The Razer BlackWidow was replaced the Razer BlackWidow V3, which improves on the predecessor. The original is only available with clicky Razer Green switches, while the newer version is also available with linear Razer Yellow switches, which we tested. They provide a lighter actuation than the Green switches and are quieter. Latency is lower on the newer version and it has better ergonomics because it comes with a wrist rest.
The Razer BlackWidow V3 Pro and the Razer BlackWidow V3 are both fantastic gaming keyboards. The V3 Pro can be used wirelessly or wired, is compatible with mobile operating systems, and comes with a plushier wrist rest. Also, its keys are more stable and wobble less. On the other hand, the V3's linear Razer Yellow switches have a shorter pre-travel distance and lower operating force than the V3 Pro's clicky Razer Green switches, giving it a lighter and more responsive feel.
The Razer BlackWidow Tournament Edition Chroma V2 and the Razer BlackWidow V3 are both fantastic wired gaming keyboards. The units we tested each have Razer Yellow switches, which provide a linear feel, and the Tournament Edition is also available with Razer Orange and Razer Green switches, while the V3 is available with the Greens. The main difference is that the Tournament Edition is TenKeyLess (TKL) and the V3 is full-size, so it has dedicated media keys.

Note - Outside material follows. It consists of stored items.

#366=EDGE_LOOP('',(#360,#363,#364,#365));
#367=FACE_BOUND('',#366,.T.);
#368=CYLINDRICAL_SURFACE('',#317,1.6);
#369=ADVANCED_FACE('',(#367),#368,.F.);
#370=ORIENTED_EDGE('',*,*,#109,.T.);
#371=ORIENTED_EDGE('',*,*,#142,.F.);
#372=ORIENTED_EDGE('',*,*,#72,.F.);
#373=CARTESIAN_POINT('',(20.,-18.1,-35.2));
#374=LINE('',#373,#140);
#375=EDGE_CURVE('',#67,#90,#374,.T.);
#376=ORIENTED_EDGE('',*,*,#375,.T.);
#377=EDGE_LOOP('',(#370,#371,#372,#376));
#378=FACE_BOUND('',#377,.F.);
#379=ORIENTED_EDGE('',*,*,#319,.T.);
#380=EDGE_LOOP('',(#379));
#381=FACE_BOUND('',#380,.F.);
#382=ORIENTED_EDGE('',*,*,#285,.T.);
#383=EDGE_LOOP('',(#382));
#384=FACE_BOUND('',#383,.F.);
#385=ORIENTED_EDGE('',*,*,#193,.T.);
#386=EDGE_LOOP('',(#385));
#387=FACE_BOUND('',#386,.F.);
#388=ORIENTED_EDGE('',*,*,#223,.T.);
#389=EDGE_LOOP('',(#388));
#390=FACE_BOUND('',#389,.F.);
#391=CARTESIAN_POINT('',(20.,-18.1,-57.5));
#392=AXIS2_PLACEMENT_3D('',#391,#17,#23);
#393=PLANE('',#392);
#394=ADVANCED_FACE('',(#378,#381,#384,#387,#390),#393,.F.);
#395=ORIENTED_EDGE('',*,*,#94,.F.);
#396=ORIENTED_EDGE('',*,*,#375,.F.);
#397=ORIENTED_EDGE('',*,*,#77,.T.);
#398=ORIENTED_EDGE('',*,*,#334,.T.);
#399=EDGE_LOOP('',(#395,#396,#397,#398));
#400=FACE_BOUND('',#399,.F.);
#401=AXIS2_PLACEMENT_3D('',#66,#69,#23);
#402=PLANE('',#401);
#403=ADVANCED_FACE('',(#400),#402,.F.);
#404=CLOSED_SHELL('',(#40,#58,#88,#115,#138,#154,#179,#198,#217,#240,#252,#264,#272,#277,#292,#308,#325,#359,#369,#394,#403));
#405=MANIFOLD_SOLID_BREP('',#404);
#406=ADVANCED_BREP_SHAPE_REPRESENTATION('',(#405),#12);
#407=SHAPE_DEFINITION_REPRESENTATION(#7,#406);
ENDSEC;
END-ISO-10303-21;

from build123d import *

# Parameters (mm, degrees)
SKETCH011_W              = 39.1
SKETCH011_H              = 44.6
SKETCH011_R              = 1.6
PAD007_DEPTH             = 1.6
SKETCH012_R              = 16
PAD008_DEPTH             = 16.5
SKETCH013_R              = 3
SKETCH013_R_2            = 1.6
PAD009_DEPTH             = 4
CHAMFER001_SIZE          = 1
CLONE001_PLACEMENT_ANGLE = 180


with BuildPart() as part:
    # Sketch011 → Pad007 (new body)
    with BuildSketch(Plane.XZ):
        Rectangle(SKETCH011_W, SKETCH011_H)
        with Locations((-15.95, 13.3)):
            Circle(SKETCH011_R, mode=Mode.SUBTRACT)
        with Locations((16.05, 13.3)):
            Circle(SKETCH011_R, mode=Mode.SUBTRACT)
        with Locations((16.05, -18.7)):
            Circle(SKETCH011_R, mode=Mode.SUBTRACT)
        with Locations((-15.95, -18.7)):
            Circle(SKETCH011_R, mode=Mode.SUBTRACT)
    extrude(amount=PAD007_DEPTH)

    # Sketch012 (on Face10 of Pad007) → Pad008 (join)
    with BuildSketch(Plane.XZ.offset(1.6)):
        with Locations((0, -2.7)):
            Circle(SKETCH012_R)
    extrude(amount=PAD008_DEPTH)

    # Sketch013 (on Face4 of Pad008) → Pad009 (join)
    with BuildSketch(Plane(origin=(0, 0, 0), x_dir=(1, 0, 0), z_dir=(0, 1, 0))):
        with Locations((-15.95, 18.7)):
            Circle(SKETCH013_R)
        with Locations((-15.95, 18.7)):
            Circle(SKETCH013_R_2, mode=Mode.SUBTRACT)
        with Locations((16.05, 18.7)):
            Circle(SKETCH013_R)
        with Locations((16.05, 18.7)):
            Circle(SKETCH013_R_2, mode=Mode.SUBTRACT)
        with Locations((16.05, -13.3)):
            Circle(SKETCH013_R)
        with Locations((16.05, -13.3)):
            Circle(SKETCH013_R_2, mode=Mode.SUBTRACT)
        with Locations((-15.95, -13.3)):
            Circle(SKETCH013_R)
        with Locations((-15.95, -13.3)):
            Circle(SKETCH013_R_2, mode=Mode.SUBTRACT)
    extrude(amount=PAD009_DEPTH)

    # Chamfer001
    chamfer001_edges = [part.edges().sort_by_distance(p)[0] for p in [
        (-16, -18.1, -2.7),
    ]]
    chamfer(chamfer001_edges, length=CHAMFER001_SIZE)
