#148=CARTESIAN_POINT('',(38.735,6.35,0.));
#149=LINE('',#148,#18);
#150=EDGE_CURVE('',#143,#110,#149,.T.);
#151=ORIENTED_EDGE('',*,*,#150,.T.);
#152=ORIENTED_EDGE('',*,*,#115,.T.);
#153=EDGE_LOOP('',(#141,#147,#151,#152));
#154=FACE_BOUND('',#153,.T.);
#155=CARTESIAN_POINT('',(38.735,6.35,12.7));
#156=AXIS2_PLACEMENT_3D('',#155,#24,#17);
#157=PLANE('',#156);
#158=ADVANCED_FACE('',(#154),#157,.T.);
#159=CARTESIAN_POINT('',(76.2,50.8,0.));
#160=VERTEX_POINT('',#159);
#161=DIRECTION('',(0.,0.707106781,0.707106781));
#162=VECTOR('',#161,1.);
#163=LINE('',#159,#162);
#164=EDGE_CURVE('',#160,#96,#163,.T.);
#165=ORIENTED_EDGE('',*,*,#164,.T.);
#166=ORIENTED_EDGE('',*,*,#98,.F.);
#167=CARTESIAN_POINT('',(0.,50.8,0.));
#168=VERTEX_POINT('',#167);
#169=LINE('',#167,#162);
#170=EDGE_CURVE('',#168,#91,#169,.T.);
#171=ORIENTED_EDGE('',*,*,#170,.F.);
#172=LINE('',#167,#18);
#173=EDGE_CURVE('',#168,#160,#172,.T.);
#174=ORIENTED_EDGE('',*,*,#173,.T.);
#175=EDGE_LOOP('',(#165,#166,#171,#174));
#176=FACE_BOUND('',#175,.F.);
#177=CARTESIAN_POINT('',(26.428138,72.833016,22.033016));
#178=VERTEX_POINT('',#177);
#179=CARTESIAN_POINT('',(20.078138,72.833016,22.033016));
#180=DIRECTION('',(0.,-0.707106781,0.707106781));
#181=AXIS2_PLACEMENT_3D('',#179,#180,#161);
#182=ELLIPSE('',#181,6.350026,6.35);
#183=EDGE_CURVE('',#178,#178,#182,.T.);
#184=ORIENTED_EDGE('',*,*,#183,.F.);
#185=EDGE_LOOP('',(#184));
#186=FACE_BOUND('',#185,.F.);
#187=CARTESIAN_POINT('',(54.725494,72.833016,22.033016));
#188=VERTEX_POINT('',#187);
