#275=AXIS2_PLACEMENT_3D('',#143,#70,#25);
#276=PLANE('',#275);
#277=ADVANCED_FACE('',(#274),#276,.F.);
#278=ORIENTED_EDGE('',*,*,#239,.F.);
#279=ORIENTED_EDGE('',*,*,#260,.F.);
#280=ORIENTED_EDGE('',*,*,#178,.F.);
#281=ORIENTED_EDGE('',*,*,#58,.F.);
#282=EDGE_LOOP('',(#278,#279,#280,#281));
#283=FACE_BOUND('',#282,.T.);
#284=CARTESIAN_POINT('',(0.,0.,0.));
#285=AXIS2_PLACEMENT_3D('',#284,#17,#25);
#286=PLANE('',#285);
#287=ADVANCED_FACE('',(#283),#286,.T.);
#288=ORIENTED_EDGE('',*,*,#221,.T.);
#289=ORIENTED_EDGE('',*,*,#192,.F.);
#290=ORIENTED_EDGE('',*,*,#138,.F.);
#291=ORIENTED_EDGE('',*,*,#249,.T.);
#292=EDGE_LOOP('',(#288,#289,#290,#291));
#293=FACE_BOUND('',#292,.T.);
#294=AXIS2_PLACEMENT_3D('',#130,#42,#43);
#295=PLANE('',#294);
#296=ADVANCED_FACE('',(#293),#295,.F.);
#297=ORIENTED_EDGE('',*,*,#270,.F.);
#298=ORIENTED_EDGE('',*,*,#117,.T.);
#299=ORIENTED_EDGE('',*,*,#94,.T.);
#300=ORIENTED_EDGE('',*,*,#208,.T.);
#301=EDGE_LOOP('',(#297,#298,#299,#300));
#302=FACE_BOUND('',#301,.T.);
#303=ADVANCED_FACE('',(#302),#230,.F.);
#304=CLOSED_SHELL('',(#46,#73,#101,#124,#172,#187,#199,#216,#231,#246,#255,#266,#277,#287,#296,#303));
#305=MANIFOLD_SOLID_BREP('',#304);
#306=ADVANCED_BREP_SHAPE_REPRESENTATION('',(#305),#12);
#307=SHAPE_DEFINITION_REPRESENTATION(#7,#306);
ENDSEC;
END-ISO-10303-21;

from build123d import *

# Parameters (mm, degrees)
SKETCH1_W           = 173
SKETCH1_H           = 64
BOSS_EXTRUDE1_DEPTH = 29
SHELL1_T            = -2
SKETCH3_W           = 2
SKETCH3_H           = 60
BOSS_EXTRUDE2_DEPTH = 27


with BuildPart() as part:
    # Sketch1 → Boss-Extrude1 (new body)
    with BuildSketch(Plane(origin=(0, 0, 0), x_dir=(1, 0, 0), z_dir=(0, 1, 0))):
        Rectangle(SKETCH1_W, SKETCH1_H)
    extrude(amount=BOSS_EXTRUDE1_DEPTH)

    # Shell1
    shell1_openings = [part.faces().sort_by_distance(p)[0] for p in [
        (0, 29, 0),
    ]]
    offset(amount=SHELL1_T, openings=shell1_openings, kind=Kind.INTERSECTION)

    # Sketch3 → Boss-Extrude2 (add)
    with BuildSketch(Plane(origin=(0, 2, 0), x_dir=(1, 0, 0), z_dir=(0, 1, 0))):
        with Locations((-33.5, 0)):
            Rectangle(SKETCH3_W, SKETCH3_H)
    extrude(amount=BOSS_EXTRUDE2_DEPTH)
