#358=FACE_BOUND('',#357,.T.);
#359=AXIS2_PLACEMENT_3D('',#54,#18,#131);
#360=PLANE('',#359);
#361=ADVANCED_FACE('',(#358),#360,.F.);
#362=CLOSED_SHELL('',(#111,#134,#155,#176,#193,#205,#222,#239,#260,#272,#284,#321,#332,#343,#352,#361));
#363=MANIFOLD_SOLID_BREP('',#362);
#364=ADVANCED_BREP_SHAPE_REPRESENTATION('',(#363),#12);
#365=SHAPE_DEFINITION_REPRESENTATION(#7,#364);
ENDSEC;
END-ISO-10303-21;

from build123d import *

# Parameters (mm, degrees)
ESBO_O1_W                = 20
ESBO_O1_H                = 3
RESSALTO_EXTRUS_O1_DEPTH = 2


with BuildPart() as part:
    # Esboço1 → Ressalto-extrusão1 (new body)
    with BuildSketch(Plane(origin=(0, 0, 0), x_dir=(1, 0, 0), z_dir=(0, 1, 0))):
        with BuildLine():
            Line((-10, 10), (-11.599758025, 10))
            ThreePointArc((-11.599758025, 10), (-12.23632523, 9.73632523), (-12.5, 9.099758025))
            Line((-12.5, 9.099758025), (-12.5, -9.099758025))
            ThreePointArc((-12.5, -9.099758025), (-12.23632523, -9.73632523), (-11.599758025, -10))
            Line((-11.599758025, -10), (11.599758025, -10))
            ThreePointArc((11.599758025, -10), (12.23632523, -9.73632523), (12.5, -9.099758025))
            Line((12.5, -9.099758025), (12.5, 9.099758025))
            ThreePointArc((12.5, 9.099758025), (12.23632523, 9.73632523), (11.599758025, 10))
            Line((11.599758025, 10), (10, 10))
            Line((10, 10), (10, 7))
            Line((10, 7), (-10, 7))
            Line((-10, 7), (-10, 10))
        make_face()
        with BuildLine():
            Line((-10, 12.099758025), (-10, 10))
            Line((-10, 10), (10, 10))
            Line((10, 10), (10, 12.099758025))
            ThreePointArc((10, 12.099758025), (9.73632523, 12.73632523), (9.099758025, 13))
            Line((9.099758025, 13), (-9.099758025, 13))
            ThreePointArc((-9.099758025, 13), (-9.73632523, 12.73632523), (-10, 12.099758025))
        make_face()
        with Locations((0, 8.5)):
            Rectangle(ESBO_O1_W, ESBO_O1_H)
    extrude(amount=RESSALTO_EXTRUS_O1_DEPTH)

Typing feels a lot better on the Tournament Edition because it comes with a plushy wrist rest.
The Razer BlackWidow V3 Mini HyperSpeed is a wireless and compact version of the wired Razer BlackWidow V3. The V3 is a better choice if you want a full-size board with a dedicated F-row, dedicated media keys, and a volume control knob. On the other hand, the V3 Mini HyperSpeed is a better choice if you want a smaller board to give you more space on your desk. It can pair with up to three devices at once via Bluetooth, and you can also use it via its USB receiver. Both boards are available with clicky Razer Green and linear Razer Yellow switches, but our V3 Mini HyperSpeed unit's Razer Green switches had a quality control issue where certain switches were much quieter than others.

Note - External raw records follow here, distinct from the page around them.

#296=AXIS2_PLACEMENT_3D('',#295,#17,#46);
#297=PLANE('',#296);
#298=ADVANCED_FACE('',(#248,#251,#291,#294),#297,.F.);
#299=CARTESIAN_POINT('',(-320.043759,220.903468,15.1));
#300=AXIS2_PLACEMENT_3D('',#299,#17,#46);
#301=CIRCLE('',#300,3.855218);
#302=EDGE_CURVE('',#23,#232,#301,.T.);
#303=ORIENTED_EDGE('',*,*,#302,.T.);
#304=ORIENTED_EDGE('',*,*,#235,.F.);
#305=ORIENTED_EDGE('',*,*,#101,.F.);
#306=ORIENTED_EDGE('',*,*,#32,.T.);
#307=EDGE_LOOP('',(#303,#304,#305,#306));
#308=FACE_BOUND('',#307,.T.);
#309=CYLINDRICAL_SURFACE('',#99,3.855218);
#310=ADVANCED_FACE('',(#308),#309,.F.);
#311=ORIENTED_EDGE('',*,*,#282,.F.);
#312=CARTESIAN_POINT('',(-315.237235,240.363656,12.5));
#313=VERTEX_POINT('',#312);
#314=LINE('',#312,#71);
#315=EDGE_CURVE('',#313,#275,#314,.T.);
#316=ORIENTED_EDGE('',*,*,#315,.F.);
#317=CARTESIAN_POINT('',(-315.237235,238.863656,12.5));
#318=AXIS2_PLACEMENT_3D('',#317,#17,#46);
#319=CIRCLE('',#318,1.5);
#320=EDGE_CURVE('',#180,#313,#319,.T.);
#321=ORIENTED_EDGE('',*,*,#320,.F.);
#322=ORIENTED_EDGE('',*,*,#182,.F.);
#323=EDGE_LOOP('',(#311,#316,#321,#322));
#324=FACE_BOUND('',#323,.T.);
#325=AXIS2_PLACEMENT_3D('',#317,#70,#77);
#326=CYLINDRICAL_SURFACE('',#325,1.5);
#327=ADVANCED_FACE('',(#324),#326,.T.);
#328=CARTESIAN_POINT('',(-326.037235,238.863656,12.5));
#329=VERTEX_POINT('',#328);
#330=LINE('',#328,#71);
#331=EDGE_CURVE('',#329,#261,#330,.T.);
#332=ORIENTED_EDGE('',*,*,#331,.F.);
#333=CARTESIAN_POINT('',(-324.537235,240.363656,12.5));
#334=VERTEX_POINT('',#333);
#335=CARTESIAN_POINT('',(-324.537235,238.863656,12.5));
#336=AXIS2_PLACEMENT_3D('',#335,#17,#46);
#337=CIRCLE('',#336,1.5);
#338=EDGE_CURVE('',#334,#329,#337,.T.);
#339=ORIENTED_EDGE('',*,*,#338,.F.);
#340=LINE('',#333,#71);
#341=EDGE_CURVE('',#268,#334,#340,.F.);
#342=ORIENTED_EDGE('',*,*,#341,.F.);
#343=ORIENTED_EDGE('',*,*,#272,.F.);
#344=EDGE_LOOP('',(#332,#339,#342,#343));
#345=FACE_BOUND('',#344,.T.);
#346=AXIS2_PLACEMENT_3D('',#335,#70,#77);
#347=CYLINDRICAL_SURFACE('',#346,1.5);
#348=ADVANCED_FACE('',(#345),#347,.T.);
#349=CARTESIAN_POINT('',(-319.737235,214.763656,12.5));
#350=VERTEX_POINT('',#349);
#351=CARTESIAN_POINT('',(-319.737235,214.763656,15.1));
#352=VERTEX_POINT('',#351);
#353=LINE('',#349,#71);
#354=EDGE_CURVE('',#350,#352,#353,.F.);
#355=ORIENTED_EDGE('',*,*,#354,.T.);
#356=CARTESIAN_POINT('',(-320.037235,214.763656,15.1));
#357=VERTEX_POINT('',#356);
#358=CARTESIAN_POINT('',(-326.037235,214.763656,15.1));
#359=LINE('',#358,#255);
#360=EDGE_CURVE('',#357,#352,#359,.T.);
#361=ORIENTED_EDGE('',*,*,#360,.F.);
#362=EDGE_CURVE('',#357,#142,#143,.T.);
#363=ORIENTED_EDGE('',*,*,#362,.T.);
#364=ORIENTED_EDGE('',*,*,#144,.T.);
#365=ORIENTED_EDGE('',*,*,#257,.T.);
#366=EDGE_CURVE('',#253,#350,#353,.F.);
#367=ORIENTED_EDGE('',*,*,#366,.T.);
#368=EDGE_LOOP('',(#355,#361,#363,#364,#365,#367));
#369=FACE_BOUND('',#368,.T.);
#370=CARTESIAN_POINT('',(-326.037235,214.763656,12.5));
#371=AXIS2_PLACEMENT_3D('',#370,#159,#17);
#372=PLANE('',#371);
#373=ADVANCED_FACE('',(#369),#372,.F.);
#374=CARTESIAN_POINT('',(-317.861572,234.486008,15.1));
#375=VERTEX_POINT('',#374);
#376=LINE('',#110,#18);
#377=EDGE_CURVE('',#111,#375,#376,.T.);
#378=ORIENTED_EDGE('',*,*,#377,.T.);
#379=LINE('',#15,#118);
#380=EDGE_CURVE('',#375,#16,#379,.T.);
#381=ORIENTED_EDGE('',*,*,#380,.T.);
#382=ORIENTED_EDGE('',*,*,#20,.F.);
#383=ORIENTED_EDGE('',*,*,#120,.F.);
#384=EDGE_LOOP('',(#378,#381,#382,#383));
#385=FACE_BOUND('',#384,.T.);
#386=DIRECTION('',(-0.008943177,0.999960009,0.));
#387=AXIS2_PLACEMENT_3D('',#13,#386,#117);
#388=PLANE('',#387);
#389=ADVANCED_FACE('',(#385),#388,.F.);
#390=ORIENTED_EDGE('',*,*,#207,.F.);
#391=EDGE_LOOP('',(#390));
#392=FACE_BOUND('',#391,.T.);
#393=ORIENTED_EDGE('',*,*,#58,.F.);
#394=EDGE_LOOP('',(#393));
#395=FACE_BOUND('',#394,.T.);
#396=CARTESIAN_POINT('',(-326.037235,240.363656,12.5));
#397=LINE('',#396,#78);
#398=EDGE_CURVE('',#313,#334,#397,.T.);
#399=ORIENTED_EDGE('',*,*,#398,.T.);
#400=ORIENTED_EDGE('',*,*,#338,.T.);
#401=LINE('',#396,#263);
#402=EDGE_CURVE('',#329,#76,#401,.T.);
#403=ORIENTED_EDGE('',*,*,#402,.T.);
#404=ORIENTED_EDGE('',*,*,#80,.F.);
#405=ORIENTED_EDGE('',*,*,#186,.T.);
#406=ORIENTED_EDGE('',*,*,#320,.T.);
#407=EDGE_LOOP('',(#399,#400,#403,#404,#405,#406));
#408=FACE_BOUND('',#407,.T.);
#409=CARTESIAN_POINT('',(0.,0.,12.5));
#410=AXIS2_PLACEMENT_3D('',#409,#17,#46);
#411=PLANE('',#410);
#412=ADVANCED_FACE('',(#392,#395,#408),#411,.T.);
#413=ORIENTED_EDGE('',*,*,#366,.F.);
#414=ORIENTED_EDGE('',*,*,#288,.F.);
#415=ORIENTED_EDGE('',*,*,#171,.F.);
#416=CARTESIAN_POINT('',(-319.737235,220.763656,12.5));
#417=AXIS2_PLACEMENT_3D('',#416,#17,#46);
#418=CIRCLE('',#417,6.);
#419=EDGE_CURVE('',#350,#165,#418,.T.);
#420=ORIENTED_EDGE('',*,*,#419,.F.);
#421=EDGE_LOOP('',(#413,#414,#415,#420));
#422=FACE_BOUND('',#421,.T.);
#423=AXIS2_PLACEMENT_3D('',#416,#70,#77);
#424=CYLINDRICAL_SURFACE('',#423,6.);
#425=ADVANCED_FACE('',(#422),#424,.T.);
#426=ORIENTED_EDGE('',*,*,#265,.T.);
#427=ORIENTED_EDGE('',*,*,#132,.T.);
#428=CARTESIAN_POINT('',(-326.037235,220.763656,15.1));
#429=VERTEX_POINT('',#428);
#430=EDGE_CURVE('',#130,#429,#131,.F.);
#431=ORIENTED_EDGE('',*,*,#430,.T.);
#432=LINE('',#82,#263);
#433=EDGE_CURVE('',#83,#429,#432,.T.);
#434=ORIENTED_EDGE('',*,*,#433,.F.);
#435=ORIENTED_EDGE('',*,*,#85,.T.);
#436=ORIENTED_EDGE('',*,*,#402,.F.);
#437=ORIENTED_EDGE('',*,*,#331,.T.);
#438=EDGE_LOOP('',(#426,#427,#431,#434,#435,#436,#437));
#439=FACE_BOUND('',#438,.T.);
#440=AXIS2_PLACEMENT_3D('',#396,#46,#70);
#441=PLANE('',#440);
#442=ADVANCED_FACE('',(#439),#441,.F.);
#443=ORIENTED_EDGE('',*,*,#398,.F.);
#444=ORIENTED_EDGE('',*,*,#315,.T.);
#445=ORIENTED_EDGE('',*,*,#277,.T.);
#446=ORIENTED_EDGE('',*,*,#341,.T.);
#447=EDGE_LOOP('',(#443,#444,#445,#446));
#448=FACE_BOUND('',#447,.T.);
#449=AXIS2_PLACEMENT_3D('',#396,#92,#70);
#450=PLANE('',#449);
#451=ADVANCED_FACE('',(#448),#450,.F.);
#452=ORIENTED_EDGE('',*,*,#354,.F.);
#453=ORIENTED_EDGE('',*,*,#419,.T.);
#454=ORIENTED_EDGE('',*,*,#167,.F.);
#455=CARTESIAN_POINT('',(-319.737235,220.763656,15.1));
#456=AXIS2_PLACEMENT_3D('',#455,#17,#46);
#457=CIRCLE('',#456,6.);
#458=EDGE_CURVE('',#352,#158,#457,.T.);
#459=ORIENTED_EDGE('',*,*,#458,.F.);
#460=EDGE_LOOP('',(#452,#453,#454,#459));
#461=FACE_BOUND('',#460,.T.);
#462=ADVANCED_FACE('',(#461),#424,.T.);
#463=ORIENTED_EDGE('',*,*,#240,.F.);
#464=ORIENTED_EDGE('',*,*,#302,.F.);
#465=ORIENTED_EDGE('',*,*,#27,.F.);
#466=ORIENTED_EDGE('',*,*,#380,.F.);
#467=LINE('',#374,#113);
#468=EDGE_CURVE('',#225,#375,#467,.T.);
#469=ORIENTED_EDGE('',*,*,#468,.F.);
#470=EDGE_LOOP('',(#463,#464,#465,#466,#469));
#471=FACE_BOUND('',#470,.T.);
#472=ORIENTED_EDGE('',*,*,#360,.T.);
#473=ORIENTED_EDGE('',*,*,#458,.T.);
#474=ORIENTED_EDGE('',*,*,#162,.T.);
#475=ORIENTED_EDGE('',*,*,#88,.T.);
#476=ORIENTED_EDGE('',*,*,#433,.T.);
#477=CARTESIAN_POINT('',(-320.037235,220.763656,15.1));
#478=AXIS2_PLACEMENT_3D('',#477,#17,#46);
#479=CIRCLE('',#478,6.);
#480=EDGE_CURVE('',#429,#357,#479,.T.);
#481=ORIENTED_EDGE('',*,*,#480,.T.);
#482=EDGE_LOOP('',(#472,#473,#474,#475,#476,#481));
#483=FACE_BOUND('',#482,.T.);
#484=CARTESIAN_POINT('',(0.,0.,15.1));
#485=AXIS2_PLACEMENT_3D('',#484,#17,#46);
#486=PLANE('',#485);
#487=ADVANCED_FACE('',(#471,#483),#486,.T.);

The Razer BlackWidow V3 and the ASUS ROG Claymore II are both full-size gaming keyboards, but the Razer is wired, and the ASUS is wireless. The Razer has a dedicated media key and marginally lower wired latency. It's available with clicky Razer Green and linear Razer Yellow switches. On the other hand, the ASUS has a USB passthrough and a modular numpad, which you can put on either side of the board or remove completely to make the board a TKL size. Also, you can use the ASUS wirelessly via its USB receiver. It's available with clicky ROG RX Blue Optical Mechanical switches and linear ROG RX Red Optical Mechanical switches.